I’m going to comment on three articles written before Buffett’s party. I am not picking on these because they are dumb. I am picking on them because they are brighter than most, but still don’t get Buffett.
No individual investor can copy Buffett in full, unless he buys BRK, which isn’t the worst idea around. These two articles explain why almost no one can copy Warren:
- How Warren Buffett is Different from Most Investors, Part 1
- How Warren Buffett is Different from Most Investors, Part 2
In general, it is far better to follow the principles that Buffett has espoused — value investing, than to try to mimic Buffett himself. Buffett is so big that he can’t look at the little opportunities that you and I can look at. So take advantage of your small size, and buy some of the illiquid companies that Buffett can’t touch, because they don’t move the needle.
That said, if I were in the shoes of Todd Combs or Ted Weschler, I would create a “small cap bucket” for odd names that you know are cheap, but you only want to get at your level. You don’t want to waste a lot of time on this, but you do want to take advantage of your insights, at least to the level that DFA does.
I think Doug Kass will have better questions than these, but they are simple enough that I can answer them in my imitation of Buffett’s voice:
1) Why the lackluster returns?
Charlie & I have often said our stock was overvalued. We recently initiated a buyback, because we no longer thought so. Since then, performance has been adequate.
But we don’t manage for market returns. We manage the company to compound the net worth. We can’t control the capitalization that outside investor might assign the company, so we focus on what we can control.
2) Why shouldn’t Berkshire break-up?
There are real financing advantages to being part of Berkshire Hathaway. We have chosen firms that will do well in good times and bad and have conservatively financed them. Further, one of our advantages is that those who sell companies to us know that the culture of the company will be preserved. That gives us an advantage in acquiring firms that most of private equity does not have. It makes us eclectic, but it is a good eclectic.
3) Is the stock market overvalued?
We don’t pay much attention to that, but we won’t overpay for investments, and we are not finding much attractive at present. We just try to grow the net worth of our company.
4) Is Geico moving fast enough?
GEICO has done exceptionally well over the years, underwrites very well, and is one of the lowest cost operators in personal insurance. Speed is not what we are concerned with; we are more concerned about the quality of what we do rather than taking chances, as we believe some of the industry is regarding close monitoring of policyholder behavior. If it truly works, our managers at GEICO will adopt it.

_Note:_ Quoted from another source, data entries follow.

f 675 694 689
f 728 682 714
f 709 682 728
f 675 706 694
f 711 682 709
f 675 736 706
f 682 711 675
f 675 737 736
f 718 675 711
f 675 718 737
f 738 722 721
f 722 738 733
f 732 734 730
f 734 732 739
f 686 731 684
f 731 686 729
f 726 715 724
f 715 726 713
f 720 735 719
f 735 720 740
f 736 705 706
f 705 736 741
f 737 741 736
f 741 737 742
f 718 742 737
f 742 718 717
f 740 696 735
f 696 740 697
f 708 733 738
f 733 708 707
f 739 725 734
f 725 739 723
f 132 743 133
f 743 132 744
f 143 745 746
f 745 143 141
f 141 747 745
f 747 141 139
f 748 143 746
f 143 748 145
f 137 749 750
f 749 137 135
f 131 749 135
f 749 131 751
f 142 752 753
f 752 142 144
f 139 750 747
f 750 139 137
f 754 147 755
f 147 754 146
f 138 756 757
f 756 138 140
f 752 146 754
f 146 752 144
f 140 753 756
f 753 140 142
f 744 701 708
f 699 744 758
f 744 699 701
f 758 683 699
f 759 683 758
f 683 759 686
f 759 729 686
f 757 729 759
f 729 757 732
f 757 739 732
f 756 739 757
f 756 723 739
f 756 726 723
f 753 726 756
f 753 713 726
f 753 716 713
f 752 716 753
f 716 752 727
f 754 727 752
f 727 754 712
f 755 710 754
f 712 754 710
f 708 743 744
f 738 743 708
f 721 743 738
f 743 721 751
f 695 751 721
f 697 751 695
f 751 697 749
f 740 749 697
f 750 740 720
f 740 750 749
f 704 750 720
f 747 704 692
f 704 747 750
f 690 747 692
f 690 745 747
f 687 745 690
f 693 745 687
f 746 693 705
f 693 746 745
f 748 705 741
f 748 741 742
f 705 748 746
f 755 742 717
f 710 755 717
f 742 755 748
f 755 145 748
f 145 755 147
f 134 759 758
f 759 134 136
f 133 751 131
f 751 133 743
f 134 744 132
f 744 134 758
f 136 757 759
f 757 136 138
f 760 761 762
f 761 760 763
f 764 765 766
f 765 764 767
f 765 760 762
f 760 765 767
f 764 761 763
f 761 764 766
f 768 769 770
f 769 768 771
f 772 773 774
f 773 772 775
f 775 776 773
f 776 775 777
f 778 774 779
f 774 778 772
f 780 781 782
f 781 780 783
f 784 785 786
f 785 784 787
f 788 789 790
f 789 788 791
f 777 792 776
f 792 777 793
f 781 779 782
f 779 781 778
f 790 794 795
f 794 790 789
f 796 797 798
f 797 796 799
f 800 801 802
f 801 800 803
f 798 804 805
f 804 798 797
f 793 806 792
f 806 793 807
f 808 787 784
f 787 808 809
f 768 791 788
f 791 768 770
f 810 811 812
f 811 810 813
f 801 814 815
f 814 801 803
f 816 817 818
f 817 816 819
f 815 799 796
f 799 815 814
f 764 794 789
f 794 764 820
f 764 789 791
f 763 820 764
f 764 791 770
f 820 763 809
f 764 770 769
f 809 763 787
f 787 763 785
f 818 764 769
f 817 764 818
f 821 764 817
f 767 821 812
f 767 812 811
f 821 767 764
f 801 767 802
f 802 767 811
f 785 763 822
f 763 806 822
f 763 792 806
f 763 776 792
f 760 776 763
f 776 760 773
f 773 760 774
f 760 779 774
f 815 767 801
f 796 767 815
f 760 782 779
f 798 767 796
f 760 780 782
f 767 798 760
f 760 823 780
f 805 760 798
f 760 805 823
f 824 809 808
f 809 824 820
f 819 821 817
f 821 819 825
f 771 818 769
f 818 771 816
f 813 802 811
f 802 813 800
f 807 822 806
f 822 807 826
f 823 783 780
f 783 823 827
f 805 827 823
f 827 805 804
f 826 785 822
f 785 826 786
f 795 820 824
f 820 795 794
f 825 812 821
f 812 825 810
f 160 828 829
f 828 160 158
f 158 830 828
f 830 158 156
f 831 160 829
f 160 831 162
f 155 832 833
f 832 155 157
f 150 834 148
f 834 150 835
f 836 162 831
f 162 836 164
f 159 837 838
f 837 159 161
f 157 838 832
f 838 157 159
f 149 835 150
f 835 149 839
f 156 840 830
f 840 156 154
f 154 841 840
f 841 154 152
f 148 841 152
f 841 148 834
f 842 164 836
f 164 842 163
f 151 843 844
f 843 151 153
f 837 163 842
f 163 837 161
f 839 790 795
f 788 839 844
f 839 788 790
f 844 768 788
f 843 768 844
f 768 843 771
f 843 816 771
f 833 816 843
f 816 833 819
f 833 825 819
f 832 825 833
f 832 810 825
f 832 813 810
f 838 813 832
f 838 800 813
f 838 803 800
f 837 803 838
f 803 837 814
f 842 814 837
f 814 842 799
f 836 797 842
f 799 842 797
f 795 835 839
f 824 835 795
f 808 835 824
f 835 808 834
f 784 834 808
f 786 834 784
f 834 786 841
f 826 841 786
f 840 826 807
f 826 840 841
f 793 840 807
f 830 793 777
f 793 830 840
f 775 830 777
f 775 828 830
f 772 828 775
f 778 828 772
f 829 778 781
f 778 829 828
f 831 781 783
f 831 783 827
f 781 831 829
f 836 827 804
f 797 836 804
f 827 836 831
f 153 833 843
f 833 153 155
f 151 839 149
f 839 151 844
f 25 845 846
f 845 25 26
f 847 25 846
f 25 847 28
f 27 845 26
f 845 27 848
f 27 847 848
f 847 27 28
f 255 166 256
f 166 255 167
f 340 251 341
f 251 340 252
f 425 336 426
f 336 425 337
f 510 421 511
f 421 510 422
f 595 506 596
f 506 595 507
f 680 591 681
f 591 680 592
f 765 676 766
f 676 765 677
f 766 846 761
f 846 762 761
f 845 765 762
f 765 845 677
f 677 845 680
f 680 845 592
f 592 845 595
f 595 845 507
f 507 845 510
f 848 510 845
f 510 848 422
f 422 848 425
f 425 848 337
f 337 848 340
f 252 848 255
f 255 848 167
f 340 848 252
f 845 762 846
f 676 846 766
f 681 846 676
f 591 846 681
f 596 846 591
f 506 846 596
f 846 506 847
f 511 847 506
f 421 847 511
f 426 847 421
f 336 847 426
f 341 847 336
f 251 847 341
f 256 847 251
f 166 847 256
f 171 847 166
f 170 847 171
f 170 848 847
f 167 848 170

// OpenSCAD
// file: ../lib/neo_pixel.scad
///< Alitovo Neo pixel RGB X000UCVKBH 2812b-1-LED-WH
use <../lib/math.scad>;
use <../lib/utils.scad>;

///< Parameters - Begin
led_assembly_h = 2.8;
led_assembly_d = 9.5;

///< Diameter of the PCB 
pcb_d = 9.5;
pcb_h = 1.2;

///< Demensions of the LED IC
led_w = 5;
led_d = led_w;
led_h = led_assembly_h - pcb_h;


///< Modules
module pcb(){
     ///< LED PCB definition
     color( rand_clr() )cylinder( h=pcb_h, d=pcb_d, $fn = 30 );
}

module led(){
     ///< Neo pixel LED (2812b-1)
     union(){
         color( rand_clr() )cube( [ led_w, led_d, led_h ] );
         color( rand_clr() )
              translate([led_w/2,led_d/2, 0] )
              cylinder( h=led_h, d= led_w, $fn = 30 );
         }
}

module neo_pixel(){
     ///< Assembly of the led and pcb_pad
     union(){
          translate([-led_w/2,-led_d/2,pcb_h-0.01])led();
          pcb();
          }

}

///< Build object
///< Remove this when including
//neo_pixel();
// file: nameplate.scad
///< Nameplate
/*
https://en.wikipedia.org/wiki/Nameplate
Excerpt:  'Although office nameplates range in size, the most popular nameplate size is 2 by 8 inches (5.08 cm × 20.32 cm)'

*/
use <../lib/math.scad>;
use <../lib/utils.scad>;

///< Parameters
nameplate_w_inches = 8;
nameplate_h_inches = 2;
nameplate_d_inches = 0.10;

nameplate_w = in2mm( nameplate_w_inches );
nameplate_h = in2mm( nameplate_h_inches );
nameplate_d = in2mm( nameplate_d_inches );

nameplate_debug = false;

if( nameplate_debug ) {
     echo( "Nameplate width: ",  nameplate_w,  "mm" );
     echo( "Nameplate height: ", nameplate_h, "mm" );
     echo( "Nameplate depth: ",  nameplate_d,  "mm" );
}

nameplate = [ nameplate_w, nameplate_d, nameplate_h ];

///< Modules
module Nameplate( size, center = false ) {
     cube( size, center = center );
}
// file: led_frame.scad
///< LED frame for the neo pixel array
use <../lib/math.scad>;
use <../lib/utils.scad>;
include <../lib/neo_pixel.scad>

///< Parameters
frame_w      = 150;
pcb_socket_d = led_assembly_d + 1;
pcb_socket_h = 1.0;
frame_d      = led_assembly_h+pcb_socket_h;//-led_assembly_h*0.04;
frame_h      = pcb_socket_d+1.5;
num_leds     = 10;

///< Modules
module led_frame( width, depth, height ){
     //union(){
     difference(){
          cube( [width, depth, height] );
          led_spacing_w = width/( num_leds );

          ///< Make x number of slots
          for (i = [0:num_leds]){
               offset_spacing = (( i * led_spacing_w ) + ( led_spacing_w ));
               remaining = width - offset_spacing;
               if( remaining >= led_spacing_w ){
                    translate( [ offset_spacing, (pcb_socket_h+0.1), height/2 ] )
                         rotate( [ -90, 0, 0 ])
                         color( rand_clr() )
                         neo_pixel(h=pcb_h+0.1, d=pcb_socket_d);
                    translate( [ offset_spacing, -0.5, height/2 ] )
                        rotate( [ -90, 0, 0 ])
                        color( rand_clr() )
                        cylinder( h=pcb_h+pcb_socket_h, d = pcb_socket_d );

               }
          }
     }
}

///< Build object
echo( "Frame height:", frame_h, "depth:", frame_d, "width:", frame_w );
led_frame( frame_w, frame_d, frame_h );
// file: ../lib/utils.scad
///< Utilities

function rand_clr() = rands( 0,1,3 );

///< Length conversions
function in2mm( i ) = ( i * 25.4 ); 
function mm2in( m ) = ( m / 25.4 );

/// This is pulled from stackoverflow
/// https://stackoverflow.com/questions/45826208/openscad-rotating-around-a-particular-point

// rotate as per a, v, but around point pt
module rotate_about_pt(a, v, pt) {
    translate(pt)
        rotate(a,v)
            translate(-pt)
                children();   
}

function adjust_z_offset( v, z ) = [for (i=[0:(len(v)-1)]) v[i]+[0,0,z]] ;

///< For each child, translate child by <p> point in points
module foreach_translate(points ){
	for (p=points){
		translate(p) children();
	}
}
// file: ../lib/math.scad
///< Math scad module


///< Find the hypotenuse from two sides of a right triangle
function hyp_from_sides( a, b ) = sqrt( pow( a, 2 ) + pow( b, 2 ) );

5) Is Berkshire’s business model preventing success?
I empower my managers to make all manner of decisions to enhance the value of the company. This is not a weakness; they help me make money in good times and in bad times. The stock market has had a hard run of late; please revisit what we do after the next correction in the market.

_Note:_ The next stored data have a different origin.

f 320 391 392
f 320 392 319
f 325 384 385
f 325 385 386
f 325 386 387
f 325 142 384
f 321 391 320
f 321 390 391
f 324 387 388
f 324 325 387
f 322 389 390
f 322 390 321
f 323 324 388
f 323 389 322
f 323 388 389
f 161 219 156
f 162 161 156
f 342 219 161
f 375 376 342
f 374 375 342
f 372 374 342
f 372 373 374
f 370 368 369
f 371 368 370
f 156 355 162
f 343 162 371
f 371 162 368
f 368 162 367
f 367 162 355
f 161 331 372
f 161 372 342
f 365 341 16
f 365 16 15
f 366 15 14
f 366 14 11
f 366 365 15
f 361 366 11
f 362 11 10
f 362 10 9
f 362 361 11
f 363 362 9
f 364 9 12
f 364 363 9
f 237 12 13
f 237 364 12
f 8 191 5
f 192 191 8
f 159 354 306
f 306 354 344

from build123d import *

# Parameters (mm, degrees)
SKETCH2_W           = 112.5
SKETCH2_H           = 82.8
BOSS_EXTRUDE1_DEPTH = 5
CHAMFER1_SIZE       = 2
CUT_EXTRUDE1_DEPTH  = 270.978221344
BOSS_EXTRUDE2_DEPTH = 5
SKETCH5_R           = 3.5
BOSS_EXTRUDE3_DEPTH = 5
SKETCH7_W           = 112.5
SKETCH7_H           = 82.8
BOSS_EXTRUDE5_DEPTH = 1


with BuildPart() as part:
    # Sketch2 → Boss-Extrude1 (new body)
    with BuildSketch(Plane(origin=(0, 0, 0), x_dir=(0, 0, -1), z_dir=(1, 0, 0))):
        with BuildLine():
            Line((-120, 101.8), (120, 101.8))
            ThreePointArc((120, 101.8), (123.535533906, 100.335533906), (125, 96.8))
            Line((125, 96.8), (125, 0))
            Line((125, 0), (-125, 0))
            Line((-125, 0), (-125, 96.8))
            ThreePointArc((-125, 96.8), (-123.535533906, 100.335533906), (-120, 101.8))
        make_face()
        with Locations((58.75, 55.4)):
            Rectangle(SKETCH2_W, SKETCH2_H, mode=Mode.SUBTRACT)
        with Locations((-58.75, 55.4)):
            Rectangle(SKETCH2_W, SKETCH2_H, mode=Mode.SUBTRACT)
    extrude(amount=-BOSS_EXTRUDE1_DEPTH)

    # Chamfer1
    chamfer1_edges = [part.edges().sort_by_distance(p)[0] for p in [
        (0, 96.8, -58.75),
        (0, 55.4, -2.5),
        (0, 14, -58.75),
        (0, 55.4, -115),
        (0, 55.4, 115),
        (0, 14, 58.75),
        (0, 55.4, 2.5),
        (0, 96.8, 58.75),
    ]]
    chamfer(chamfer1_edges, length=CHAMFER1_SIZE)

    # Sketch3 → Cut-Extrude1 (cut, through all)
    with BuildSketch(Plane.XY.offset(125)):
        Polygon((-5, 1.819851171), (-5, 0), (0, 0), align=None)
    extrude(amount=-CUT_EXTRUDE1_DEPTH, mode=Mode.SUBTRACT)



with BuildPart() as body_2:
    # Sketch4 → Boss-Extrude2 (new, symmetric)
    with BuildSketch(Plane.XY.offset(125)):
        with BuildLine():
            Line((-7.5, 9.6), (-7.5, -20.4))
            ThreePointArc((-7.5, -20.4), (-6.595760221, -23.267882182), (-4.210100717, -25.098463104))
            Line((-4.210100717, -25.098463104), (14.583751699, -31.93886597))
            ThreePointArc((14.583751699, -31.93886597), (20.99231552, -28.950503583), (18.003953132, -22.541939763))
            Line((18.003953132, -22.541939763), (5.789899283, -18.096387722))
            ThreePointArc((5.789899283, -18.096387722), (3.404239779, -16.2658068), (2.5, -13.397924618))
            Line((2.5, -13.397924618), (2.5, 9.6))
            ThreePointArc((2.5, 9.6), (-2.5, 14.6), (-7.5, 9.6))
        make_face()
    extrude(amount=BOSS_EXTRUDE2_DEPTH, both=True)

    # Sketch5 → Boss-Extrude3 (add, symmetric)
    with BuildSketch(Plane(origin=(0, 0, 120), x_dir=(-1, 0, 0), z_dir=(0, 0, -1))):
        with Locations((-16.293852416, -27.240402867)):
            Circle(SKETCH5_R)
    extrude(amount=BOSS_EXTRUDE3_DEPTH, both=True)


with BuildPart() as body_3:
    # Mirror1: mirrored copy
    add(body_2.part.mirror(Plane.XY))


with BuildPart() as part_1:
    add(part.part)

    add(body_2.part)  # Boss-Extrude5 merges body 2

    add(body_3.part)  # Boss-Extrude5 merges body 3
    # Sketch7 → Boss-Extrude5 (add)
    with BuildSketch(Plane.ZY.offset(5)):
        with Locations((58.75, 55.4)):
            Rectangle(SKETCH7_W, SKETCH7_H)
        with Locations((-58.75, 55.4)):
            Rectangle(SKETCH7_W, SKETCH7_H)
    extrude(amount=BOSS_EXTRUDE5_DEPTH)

(I hope Doug Kass has better questions than these…)
1) Come on, Warren, isn’t it Ajit?
This isn’t obvious. We have many excellent managers. Ajit’s underwriting skills are considerable, as well as his general management skills. He would do well to succeed me, but there may be others who are better.

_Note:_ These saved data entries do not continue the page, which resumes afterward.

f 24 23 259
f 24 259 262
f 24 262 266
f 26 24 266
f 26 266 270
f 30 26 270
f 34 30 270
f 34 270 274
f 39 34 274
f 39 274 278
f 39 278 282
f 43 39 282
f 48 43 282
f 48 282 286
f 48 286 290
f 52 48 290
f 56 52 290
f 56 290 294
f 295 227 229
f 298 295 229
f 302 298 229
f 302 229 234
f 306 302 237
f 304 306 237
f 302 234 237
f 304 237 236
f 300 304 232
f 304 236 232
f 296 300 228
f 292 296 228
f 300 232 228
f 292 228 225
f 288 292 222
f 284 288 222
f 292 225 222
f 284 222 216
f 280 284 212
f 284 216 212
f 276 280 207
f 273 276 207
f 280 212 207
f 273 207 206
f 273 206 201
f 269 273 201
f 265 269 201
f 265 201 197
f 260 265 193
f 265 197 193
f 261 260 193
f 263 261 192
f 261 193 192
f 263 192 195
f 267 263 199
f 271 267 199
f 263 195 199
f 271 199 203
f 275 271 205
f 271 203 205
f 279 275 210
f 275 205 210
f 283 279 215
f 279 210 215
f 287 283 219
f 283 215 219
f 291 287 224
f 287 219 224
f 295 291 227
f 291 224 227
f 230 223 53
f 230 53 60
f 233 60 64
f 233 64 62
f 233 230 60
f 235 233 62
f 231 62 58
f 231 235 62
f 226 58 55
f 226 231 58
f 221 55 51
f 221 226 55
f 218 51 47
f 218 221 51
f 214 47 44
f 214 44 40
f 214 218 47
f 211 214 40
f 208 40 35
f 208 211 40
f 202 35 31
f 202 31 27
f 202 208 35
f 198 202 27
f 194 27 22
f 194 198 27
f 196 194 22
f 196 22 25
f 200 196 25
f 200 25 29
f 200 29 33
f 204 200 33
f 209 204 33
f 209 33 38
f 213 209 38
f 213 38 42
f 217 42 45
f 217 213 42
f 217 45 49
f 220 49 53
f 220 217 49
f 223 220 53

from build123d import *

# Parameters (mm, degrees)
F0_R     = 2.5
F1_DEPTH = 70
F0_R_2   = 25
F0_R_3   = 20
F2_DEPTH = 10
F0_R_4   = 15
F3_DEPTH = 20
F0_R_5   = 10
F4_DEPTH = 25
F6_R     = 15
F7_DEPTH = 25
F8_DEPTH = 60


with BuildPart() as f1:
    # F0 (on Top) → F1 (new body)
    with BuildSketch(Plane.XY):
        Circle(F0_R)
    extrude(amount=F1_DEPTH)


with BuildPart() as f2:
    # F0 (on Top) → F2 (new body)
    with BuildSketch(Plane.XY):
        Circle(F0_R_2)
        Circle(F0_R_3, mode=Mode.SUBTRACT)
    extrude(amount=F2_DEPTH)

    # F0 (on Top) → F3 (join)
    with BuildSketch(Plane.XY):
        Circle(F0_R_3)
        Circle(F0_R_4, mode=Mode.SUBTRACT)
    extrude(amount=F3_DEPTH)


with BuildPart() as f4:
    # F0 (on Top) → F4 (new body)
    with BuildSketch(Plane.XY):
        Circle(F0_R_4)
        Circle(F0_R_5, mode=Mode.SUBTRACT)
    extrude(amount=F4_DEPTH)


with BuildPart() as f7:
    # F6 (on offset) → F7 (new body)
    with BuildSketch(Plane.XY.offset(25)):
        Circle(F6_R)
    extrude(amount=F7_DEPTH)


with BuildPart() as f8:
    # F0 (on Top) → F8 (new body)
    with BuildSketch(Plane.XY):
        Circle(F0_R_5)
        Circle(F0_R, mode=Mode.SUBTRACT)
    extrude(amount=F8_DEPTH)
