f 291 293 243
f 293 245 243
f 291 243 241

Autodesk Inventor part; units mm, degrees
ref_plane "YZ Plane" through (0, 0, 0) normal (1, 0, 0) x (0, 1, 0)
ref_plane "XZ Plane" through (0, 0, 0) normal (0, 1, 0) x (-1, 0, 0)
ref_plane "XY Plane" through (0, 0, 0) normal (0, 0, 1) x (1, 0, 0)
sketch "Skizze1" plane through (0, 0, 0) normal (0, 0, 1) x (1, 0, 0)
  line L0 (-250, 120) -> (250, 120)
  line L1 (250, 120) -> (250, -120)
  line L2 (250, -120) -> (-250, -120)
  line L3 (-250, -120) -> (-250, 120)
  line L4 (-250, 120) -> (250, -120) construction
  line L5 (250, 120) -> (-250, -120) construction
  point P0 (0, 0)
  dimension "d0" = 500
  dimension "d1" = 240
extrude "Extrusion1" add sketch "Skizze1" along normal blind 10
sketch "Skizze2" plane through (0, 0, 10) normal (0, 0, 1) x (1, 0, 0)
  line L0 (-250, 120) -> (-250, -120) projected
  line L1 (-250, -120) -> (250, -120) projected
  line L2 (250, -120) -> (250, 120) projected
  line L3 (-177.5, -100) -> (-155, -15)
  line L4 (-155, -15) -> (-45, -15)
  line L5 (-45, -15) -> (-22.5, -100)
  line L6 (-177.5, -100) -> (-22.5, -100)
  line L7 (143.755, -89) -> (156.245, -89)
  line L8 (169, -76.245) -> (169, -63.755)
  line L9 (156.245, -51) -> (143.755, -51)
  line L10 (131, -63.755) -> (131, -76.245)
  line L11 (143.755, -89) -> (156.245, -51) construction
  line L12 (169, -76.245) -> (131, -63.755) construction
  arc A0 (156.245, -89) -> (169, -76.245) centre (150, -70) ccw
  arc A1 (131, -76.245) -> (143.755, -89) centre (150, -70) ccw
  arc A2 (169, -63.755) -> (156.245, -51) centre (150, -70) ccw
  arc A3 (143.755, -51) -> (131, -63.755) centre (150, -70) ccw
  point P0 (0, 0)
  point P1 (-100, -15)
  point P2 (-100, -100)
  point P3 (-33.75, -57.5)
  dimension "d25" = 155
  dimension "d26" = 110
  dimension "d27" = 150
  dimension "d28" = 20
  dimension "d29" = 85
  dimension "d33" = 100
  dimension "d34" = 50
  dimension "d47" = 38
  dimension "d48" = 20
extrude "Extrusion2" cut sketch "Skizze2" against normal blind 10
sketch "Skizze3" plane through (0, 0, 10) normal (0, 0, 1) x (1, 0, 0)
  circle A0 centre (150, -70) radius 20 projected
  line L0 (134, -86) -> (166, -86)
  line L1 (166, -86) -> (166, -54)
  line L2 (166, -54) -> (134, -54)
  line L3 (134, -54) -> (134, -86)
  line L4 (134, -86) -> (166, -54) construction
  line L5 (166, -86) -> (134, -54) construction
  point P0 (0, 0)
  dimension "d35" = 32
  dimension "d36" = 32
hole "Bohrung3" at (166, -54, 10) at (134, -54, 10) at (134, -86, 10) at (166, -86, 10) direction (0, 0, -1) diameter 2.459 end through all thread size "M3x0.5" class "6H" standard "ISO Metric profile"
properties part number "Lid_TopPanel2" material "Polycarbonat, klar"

2) About that Heinz deal…?
Heinz was an excellent deal for us, and we would do more of them. We have an excellent partner managing the investment, and if it does well, we have a disproportionate amount of the upside in the deal. If it does middlingly, we do well also.
3) How does the economy look to Berkshire?
Really, we don’t care much about the economy in the short-run. We are building a business to exist over the long-term. We are bulls on America; no one has ever won in the long haul being bearish on America.
4) About those new stakes in Goldman Sachs and General Electric?
We have expressed our desires to be long-term holders of Goldman Sachs. As for General Electric, we admire the company. Who doesn’t? That said, we will manage our stakes relative to our long-term expectations of their value.
5) Is your Twitter account due diligence?
We only buy companies where there is no competition, and where we think there is value and sustainable competitive advantage. We created a Twitter account for me so that we could communicate with those who follow our company.
I’m sure Buffett would sound better. That said, even though it is the Wall Street Journal’s reporters, there are better questions to ask. Hopefully Doug Kass will ask some of them. That said, Berkshire Hathaway is well thought out. I think a question that would surprise Buffett would be unlikely. And if it did surprise Buffett, Charlie would give an adequate terse answer.